Registered Employers with IMSS Fall in March, Raising Red Flags About Economic Activity
The drop in registered employers coincides with slower growth and puts pressure on formal job creation in 2026.
The number of employers registered with the Mexican Social Security Institute (IMSS) declined in March, a move that adds to signs that Mexico’s economic momentum is cooling and that companies—especially micro and small businesses—are less willing to maintain or expand operations within the formal sector. During the month, the employer registry fell by 1,726 registrations, implying a year-over-year decline of 2.7%.
IMSS attributed the decline to the “implementation of security measures in the opening of employer registrations for individuals,” without providing further detail. Analysts often note that administrative adjustments like these can affect the pace of new registrations, but the persistence of monthly declines suggests the phenomenon is also tied to more challenging economic conditions, elevated operating costs, and greater caution around hiring.
According to figures reported as of the end of the first quarter, IMSS maintained around 1.02 million registered employers. Recent trends show that the total number of employers has posted monthly declines in 22 of the last 23 months and an accumulated year-over-year drop of tens of thousands of registrations—an important data point because the employer count serves as a barometer of the business base that supports jobs with social security coverage.
In parallel, formal employment continued to grow, but with signs of slowing. In March, 32,930 jobs with social security coverage were created, and for 2026 to date, 207,604 new positions were recorded, with permanent jobs accounting for the majority. However, when isolating the effect of new labor-incorporation modalities, the year-over-year growth looks more moderate, reinforcing the view of a labor market that is still advancing, but at a slower pace.
On wages, the average contribution base salary came in at 663.50 pesos per day, up 7.14% year over year. After accounting for inflation, the real increase was around 2.5%—a gain that supports the purchasing power of workers who remain in the formal economy, though it does not necessarily offset rising costs for inputs, rents, logistics, and financing that many businesses face.
Employers Trending Down: What It Could Mean for Formalization
A decline in the number of registered employers is often associated with business closures, mergers, restructurings, or a shift toward less formal arrangements—especially when the environment combines limited economic growth with stricter compliance requirements. In Mexico, where labor informality remains high, any weakening in the employer registry can translate into less capacity to generate jobs that include benefits. In addition, the decline in employers tends to be concentrated among microbusinesses and family-run firms—segments that are more sensitive to changes in sales, interest rates, and labor costs, and that typically have less room to maneuver during periods of weaker demand.

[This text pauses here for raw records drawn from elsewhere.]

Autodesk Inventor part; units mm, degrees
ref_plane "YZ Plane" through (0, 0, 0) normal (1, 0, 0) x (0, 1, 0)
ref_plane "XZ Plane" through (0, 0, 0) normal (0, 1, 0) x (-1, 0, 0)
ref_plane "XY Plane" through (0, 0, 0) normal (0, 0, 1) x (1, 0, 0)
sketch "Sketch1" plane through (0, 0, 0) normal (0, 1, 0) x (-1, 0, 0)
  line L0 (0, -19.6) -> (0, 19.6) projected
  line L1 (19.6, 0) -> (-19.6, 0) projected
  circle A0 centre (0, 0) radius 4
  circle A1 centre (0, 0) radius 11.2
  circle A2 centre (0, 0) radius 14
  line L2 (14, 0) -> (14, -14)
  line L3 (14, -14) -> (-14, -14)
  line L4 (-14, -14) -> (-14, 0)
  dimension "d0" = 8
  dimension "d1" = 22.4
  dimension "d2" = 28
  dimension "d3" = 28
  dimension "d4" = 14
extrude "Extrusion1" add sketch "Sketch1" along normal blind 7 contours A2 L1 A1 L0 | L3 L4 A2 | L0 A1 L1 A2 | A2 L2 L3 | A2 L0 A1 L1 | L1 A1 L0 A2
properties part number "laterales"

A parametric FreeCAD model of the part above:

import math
import FreeCAD as App
import Part
import Sketcher
from FreeCAD import Vector

doc = App.newDocument("Part")
params = doc.addObject("Spreadsheet::Sheet", "Params")
for row, (alias, value) in enumerate([
    ("sketch1_radius", "14 mm"),
    ("sketch1_diameter", "22.4 mm"),
    ("sketch1_height", "14 mm"),
    ("pad1_length", "7 mm"),
], start=1):
    params.set(f"A{row}", alias)
    params.set(f"B{row}", "=" + value)
    params.setAlias(f"B{row}", alias)

body = doc.addObject("PartDesign::Body", "Body")

sketch1 = body.newObject("Sketcher::SketchObject", "Sketch")
sketch1.AttachmentSupport = (doc.getObject("XZ_Plane"), [""])
sketch1.MapMode = "FlatFace"
sketch1.addGeometry([
    Part.LineSegment(Vector(14, -14, 0), Vector(-14, -14, 0)),
    Part.LineSegment(Vector(-14, -14, 0), Vector(-14, 0, 0)),
    Part.ArcOfCircle(Part.Circle(Vector(0, 0, 0), Vector(0, 0, 1), 14), math.radians(0), math.radians(180)),
    Part.LineSegment(Vector(14, 0, 0), Vector(14, -14, 0)),
    Part.Circle(Vector(0, 0, 0), Vector(0, 0, 1), 11.2),
], False)
sketch1.addConstraint([
    Sketcher.Constraint("Coincident", 0, 2, 1, 1),
    Sketcher.Constraint("Tangent", 1, 2, 2, 2),
    Sketcher.Constraint("Tangent", 2, 1, 3, 1),
    Sketcher.Constraint("Coincident", 3, 2, 0, 1),
    Sketcher.Constraint("Horizontal", 0),
    Sketcher.Constraint("Vertical", 1),
    Sketcher.Constraint("Vertical", 3),
    Sketcher.Constraint("Coincident", 2, 3, -1, 1),
    Sketcher.Constraint("Coincident", 4, 3, -1, 1),
    Sketcher.Constraint("Radius", 2, 14.0),
    Sketcher.Constraint("Diameter", 4, 22.4),
    Sketcher.Constraint("DistanceY", 1, 1, 1, 2, 14.0),
])
sketch1.setExpression("Constraints[9]", "Params.sketch1_radius")
sketch1.setExpression("Constraints[10]", "Params.sketch1_diameter")
sketch1.setExpression("Constraints[11]", "Params.sketch1_height")
pad1 = body.newObject("PartDesign::Pad", "Pad")
pad1.Profile = sketch1
pad1.setExpression("Length", "Params.pad1_length")
pad1.Reversed = True

doc.recompute()
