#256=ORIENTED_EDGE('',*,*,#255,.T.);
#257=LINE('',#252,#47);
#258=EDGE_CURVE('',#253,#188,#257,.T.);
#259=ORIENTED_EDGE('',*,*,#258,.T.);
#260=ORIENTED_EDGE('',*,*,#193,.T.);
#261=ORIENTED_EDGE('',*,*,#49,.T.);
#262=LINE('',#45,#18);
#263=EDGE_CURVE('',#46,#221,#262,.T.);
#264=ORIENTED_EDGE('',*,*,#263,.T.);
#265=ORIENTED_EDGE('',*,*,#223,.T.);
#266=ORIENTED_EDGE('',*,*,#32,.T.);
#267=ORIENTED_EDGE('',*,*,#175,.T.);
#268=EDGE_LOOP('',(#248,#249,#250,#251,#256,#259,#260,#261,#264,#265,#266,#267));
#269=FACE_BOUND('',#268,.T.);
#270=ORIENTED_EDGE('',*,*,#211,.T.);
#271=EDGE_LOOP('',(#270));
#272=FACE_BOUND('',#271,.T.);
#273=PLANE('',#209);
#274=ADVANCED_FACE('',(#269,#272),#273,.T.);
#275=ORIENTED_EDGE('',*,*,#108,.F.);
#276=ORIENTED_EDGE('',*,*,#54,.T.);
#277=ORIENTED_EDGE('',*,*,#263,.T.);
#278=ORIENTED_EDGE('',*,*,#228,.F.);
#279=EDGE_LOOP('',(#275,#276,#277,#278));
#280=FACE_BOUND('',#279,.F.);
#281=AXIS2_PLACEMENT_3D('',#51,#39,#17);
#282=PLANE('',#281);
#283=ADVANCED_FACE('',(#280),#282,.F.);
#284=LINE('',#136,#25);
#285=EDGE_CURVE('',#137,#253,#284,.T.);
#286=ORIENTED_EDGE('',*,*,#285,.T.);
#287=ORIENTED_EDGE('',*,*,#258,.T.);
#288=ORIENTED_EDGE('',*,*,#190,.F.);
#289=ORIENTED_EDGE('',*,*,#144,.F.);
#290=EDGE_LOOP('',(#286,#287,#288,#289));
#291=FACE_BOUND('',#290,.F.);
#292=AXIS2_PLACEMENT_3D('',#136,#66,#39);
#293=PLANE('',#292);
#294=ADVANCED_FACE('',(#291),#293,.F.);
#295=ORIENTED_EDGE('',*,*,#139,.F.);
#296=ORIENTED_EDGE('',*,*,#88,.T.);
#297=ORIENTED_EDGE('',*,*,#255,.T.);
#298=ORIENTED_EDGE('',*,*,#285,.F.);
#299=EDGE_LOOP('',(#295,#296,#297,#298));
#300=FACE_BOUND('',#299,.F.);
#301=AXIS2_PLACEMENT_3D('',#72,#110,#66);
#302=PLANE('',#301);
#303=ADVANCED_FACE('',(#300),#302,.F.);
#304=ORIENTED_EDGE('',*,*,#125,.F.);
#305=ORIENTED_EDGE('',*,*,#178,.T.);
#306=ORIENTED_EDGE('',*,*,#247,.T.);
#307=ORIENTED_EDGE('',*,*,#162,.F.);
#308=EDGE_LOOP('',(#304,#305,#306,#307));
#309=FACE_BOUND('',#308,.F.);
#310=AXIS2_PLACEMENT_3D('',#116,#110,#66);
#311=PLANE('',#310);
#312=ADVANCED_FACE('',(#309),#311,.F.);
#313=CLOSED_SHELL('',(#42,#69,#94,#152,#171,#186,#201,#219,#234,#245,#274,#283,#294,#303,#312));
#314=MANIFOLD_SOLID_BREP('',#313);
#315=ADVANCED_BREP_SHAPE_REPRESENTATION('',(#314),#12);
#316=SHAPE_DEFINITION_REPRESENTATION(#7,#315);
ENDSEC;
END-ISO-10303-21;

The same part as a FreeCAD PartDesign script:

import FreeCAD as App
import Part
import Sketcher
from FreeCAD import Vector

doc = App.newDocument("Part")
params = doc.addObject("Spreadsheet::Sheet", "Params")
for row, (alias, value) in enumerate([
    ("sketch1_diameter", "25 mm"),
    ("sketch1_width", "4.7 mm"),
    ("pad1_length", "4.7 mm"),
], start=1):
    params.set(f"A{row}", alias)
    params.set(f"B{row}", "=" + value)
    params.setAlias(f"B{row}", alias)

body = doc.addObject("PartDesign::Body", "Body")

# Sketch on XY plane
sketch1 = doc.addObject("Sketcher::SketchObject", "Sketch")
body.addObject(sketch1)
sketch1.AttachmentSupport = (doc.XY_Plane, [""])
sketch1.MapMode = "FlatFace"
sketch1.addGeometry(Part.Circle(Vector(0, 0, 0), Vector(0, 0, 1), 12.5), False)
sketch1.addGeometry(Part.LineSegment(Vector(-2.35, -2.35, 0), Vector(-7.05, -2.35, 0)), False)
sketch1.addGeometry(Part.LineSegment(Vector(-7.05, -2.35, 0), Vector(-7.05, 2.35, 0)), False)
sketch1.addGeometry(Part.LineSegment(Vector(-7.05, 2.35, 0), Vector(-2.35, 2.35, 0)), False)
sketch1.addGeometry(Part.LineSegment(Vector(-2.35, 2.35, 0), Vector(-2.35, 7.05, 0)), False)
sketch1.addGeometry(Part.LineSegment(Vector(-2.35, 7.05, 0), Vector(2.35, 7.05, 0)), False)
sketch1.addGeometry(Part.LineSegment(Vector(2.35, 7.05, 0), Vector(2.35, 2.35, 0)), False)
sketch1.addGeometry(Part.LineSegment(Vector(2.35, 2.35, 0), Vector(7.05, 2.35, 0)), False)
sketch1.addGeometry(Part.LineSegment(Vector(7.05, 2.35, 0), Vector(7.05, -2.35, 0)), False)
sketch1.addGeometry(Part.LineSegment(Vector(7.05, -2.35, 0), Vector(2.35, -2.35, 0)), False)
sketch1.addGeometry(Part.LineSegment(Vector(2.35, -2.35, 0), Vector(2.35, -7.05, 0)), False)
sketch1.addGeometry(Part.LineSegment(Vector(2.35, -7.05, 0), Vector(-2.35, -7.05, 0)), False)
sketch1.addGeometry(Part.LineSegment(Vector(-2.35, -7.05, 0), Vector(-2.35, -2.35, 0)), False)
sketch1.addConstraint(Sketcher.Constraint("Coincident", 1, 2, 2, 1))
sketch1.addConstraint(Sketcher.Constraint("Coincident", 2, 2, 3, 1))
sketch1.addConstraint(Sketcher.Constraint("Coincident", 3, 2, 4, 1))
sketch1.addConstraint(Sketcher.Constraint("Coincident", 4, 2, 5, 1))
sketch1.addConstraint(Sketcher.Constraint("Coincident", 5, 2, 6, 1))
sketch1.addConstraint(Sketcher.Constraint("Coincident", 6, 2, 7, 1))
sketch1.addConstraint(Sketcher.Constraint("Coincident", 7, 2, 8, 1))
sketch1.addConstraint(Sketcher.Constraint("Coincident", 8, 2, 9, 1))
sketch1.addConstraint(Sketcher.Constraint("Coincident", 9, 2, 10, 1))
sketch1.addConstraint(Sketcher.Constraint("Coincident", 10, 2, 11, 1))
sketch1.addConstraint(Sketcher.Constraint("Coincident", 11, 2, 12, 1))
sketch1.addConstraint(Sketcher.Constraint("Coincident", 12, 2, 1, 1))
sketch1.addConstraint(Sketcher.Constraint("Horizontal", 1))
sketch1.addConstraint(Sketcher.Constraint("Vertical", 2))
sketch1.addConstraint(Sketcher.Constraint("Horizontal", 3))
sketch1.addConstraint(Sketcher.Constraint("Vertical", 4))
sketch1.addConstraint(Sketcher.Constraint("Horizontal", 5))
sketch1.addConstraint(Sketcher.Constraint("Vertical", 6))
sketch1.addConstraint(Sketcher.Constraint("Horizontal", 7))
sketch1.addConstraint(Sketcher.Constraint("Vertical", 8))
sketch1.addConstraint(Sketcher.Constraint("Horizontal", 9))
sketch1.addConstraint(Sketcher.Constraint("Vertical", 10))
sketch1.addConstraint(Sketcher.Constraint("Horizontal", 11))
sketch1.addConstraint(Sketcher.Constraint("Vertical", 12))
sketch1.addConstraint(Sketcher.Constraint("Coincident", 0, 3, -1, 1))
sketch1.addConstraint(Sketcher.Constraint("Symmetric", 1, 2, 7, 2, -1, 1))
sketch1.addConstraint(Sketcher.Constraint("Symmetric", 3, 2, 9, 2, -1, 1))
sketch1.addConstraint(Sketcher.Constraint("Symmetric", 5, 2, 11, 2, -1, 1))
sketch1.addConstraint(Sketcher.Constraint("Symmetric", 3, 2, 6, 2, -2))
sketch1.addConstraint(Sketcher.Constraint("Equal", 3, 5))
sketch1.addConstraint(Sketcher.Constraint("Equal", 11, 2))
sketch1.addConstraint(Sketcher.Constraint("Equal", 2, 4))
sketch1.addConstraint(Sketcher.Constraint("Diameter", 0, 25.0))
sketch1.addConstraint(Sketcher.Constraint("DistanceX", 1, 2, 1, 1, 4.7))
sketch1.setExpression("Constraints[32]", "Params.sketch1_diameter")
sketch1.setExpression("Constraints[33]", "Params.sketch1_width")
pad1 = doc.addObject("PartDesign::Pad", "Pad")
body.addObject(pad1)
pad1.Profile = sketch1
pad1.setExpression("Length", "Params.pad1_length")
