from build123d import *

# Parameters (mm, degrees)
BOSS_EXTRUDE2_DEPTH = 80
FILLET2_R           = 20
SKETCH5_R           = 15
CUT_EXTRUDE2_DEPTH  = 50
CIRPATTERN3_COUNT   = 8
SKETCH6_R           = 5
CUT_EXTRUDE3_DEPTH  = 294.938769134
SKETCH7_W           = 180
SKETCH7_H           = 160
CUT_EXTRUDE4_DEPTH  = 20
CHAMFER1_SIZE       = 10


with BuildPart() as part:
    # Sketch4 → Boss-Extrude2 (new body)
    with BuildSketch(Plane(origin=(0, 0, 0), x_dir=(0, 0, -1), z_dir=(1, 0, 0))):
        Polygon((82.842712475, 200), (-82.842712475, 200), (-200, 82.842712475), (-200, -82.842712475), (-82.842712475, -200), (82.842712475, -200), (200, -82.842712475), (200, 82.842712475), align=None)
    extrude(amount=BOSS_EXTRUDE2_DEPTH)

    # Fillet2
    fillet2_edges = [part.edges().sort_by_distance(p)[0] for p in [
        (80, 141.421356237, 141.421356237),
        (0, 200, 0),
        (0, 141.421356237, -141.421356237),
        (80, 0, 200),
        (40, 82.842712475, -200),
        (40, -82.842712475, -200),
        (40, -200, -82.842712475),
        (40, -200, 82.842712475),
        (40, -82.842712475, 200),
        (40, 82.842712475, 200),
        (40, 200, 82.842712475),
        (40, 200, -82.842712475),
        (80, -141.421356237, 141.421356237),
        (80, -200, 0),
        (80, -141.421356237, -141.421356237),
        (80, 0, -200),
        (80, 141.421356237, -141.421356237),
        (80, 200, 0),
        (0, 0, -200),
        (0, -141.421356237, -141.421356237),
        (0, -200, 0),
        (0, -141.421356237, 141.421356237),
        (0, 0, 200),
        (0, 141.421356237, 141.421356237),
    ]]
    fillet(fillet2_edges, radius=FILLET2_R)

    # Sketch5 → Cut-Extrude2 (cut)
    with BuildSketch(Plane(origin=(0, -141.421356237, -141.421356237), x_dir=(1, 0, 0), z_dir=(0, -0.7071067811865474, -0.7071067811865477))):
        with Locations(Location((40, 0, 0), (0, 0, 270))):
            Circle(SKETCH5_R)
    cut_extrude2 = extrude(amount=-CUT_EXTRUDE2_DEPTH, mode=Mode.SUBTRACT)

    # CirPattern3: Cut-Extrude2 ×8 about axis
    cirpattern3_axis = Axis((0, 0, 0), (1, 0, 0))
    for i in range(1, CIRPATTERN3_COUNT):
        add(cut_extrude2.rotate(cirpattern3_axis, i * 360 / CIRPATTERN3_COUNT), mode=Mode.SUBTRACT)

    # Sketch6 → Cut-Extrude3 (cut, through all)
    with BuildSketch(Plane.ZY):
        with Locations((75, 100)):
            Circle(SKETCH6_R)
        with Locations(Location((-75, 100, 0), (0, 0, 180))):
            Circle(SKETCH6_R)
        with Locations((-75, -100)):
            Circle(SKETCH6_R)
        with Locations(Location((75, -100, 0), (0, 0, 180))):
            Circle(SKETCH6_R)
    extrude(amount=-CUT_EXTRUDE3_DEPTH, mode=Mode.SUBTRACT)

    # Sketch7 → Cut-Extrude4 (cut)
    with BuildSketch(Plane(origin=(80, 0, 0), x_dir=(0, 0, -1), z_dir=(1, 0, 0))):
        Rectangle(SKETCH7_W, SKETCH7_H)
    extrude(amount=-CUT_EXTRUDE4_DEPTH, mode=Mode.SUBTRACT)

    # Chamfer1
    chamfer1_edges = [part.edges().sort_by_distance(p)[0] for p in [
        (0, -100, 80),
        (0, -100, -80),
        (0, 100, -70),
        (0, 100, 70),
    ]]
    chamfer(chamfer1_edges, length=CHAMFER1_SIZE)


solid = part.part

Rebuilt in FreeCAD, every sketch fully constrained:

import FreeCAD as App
import Part
import Sketcher
Q = App.Units.Quantity


def edges_at(feature, points):
    """Names of the edges that pass closest to the given points."""
    edges = feature.Shape.Edges
    near = lambda p: min(range(len(edges)), key=lambda i: edges[i].distToShape(Part.Vertex(*p))[0])
    return sorted({f"Edge{near(p) + 1}" for p in points})

doc = App.newDocument("Part")
body = doc.addObject("PartDesign::Body", "Body")

# Sketch on YZ plane
sketch1 = body.newObject("Sketcher::SketchObject", "Sketch")
sketch1.AttachmentSupport = (doc.getObject("YZ_Plane"), [""])
sketch1.MapMode = "FlatFace"
sketch1.addGeometry(Part.LineSegment(App.Vector(200, -82.842712, 0), App.Vector(200, 82.842712, 0)), False)
sketch1.addGeometry(Part.LineSegment(App.Vector(200, 82.842712, 0), App.Vector(82.842712, 200, 0)), False)
sketch1.addGeometry(Part.LineSegment(App.Vector(82.842712, 200, 0), App.Vector(-82.842712, 200, 0)), False)
sketch1.addGeometry(Part.LineSegment(App.Vector(-82.842712, 200, 0), App.Vector(-200, 82.842712, 0)), False)
sketch1.addGeometry(Part.LineSegment(App.Vector(-200, 82.842712, 0), App.Vector(-200, -82.842712, 0)), False)
sketch1.addGeometry(Part.LineSegment(App.Vector(-200, -82.842712, 0), App.Vector(-82.842712, -200, 0)), False)
sketch1.addGeometry(Part.LineSegment(App.Vector(-82.842712, -200, 0), App.Vector(82.842712, -200, 0)), False)
sketch1.addGeometry(Part.LineSegment(App.Vector(82.842712, -200, 0), App.Vector(200, -82.842712, 0)), False)
sketch1.addConstraint(Sketcher.Constraint("Coincident", 0, 2, 1, 1))
sketch1.addConstraint(Sketcher.Constraint("Coincident", 1, 2, 2, 1))
sketch1.addConstraint(Sketcher.Constraint("Coincident", 2, 2, 3, 1))
sketch1.addConstraint(Sketcher.Constraint("Coincident", 3, 2, 4, 1))
sketch1.addConstraint(Sketcher.Constraint("Coincident", 4, 2, 5, 1))
sketch1.addConstraint(Sketcher.Constraint("Coincident", 5, 2, 6, 1))
sketch1.addConstraint(Sketcher.Constraint("Coincident", 6, 2, 7, 1))
sketch1.addConstraint(Sketcher.Constraint("Coincident", 7, 2, 0, 1))
sketch1.addConstraint(Sketcher.Constraint("Vertical", 0))
sketch1.addConstraint(Sketcher.Constraint("Horizontal", 2))
sketch1.addConstraint(Sketcher.Constraint("Vertical", 4))
sketch1.addConstraint(Sketcher.Constraint("Horizontal", 6))
sketch1.addConstraint(Sketcher.Constraint("Symmetric", 0, 2, 4, 2, -1, 1))
sketch1.addConstraint(Sketcher.Constraint("Symmetric", 1, 2, 5, 2, -1, 1))
sketch1.addConstraint(Sketcher.Constraint("Perpendicular", 1, 3))
sketch1.addConstraint(Sketcher.Constraint("Perpendicular", 5, 7))
sketch1.addConstraint(Sketcher.Constraint("Horizontal", 0, 2, 3, 2))
sketch1.addConstraint(Sketcher.Constraint("Horizontal", 4, 2, 7, 2))
sketch1.addConstraint(Sketcher.Constraint("Vertical", 2, 2, 5, 2))
sketch1.addConstraint(Sketcher.Constraint("Equal", 6, 0))
sketch1.addConstraint(Sketcher.Constraint("DistanceX", -1, 1, 0, 2, Q("200 mm")))
sketch1.addConstraint(Sketcher.Constraint("DistanceX", 2, 2, 2, 1, Q("165.685425 mm")))
pad1 = body.newObject("PartDesign::Pad", "Pad")
pad1.Profile = sketch1
pad1.Length = 80
doc.recompute()

fillet = body.newObject("PartDesign::Fillet", "Fillet")
fillet.Base = (pad1, ["Edge1"])
fillet.UseAllEdges = True
fillet.Radius = 20

# Sketch on an angled plane
sketch2 = body.newObject("Sketcher::SketchObject", "Sketch001")
sketch2.Placement = App.Placement(App.Vector(0, -141.421356, -141.421356), App.Rotation(App.Vector(1, 0, 0), App.Vector(0, -0.707106781, 0.707106781), App.Vector(0, -0.707106781, -0.707106781), "ZXY"))
sketch2.addGeometry(Part.Circle(App.Vector(40, 0, 0), App.Vector(0, 0, 1), 15), False)
sketch2.addConstraint(Sketcher.Constraint("PointOnObject", 0, 3, -1))
sketch2.addConstraint(Sketcher.Constraint("Diameter", 0, Q("30 mm")))
sketch2.addConstraint(Sketcher.Constraint("DistanceX", -1, 1, 0, 3, Q("40 mm")))
pocket1 = body.newObject("PartDesign::Pocket", "Pocket")
pocket1.Profile = sketch2
pocket1.Length = 50
doc.recompute()

polarpattern = body.newObject("PartDesign::PolarPattern", "PolarPattern")
polarpattern.Originals = [pocket1]
polarpattern.Axis = (doc.getObject("X_Axis"), [""])
polarpattern.Angle = 360
polarpattern.Occurrences = 8
body.Tip = polarpattern

# Sketch on YZ plane
sketch3 = body.newObject("Sketcher::SketchObject", "Sketch002")
sketch3.AttachmentSupport = (doc.getObject("YZ_Plane"), [""])
sketch3.MapMode = "FlatFace"
sketch3.addGeometry(Part.Circle(App.Vector(100, 75, 0), App.Vector(0, 0, 1), 5), False)
sketch3.addGeometry(Part.Circle(App.Vector(100, -75, 0), App.Vector(0, 0, 1), 5), False)
sketch3.addGeometry(Part.Circle(App.Vector(-100, -75, 0), App.Vector(0, 0, 1), 5), False)
sketch3.addGeometry(Part.Circle(App.Vector(-100, 75, 0), App.Vector(0, 0, 1), 5), False)
sketch3.addConstraint(Sketcher.Constraint("Equal", 0, 1))
sketch3.addConstraint(Sketcher.Constraint("Equal", 1, 2))
sketch3.addConstraint(Sketcher.Constraint("Equal", 2, 3))
sketch3.addConstraint(Sketcher.Constraint("Symmetric", 0, 3, 2, 3, -1, 1))
sketch3.addConstraint(Sketcher.Constraint("Symmetric", 1, 3, 3, 3, -1, 1))
sketch3.addConstraint(Sketcher.Constraint("Symmetric", 1, 3, 2, 3, -2))
sketch3.addConstraint(Sketcher.Constraint("Diameter", 0, Q("10 mm")))
sketch3.addConstraint(Sketcher.Constraint("DistanceX", -1, 1, 0, 3, Q("100 mm")))
sketch3.addConstraint(Sketcher.Constraint("DistanceY", -1, 1, 0, 3, Q("75 mm")))
pocket2 = body.newObject("PartDesign::Pocket", "Pocket001")
pocket2.Profile = sketch3
pocket2.Type = "ThroughAll"
pocket2.Reversed = True

# Sketch on YZ plane
sketch4 = body.newObject("Sketcher::SketchObject", "Sketch003")
sketch4.AttachmentSupport = (doc.getObject("YZ_Plane"), [""])
sketch4.MapMode = "FlatFace"
sketch4.AttachmentOffset = App.Placement(App.Vector(0, 0, 80), App.Rotation())
sketch4.addGeometry(Part.LineSegment(App.Vector(80, 90, 0), App.Vector(-80, 90, 0)), False)
sketch4.addGeometry(Part.LineSegment(App.Vector(-80, 90, 0), App.Vector(-80, -90, 0)), False)
sketch4.addGeometry(Part.LineSegment(App.Vector(-80, -90, 0), App.Vector(80, -90, 0)), False)
sketch4.addGeometry(Part.LineSegment(App.Vector(80, -90, 0), App.Vector(80, 90, 0)), False)
sketch4.addConstraint(Sketcher.Constraint("Coincident", 0, 2, 1, 1))
sketch4.addConstraint(Sketcher.Constraint("Coincident", 1, 2, 2, 1))
sketch4.addConstraint(Sketcher.Constraint("Coincident", 2, 2, 3, 1))
sketch4.addConstraint(Sketcher.Constraint("Coincident", 3, 2, 0, 1))
sketch4.addConstraint(Sketcher.Constraint("Horizontal", 0))
sketch4.addConstraint(Sketcher.Constraint("Vertical", 1))
sketch4.addConstraint(Sketcher.Constraint("Horizontal", 2))
sketch4.addConstraint(Sketcher.Constraint("Vertical", 3))
sketch4.addConstraint(Sketcher.Constraint("Symmetric", 0, 2, 2, 2, -1, 1))
sketch4.addConstraint(Sketcher.Constraint("DistanceX", 0, 2, 0, 1, Q("160 mm")))
sketch4.addConstraint(Sketcher.Constraint("DistanceY", 1, 2, 1, 1, Q("180 mm")))
pocket3 = body.newObject("PartDesign::Pocket", "Pocket002")
pocket3.Profile = sketch4
pocket3.Length = 20
doc.recompute()

chamfer = body.newObject("PartDesign::Chamfer", "Chamfer")
chamfer.Base = (pocket3, edges_at(pocket3, [
    (0, -100, 80),
    (0, -100, -80),
    (0, 100, -70),
    (0, 100, 70),
]))
chamfer.Size = 10

doc.recompute()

The macroeconomic backdrop helps put the data in context. After GDP growth of 0.8% in 2025—one of the weakest performances since the pandemic—expectations for 2026 have ranged from caution to moderate optimism. The Ministry of Finance has set an expansion range of 1.8% to 2.8%, supported by a gradual rebound in investment and infrastructure projects; by contrast, surveys of analysts typically anticipate more restrained formal job creation toward year-end.
The path of employment and the number of employers will also be shaped by factors such as the trajectory of interest rates—which affects the cost of business credit—investor confidence, domestic consumption trends, and the performance of sectors tied to manufactured exports. Added to this is regulatory and trade uncertainty linked to review and negotiation processes in North America, which can delay investment or expansion decisions, particularly in integrated industrial supply chains.
Looking ahead, a key question will be how much of the decline in employers reflects administrative measures and how much reflects a deeper economic adjustment. If data cleanup or tighter controls reduce improper registrations, the effect could stabilize; but if the trend reflects weakening business conditions, the impact could show up in fewer worker registrations and slower progress on formalization.
Overall, the March data reinforces a mixed reading: formal employment is still growing and real wages are still rising, but the employer base is showing fragility. The second quarter’s trajectory will be decisive in confirming whether this is an administrative dip or an early sign of a broader slowdown in economic activity.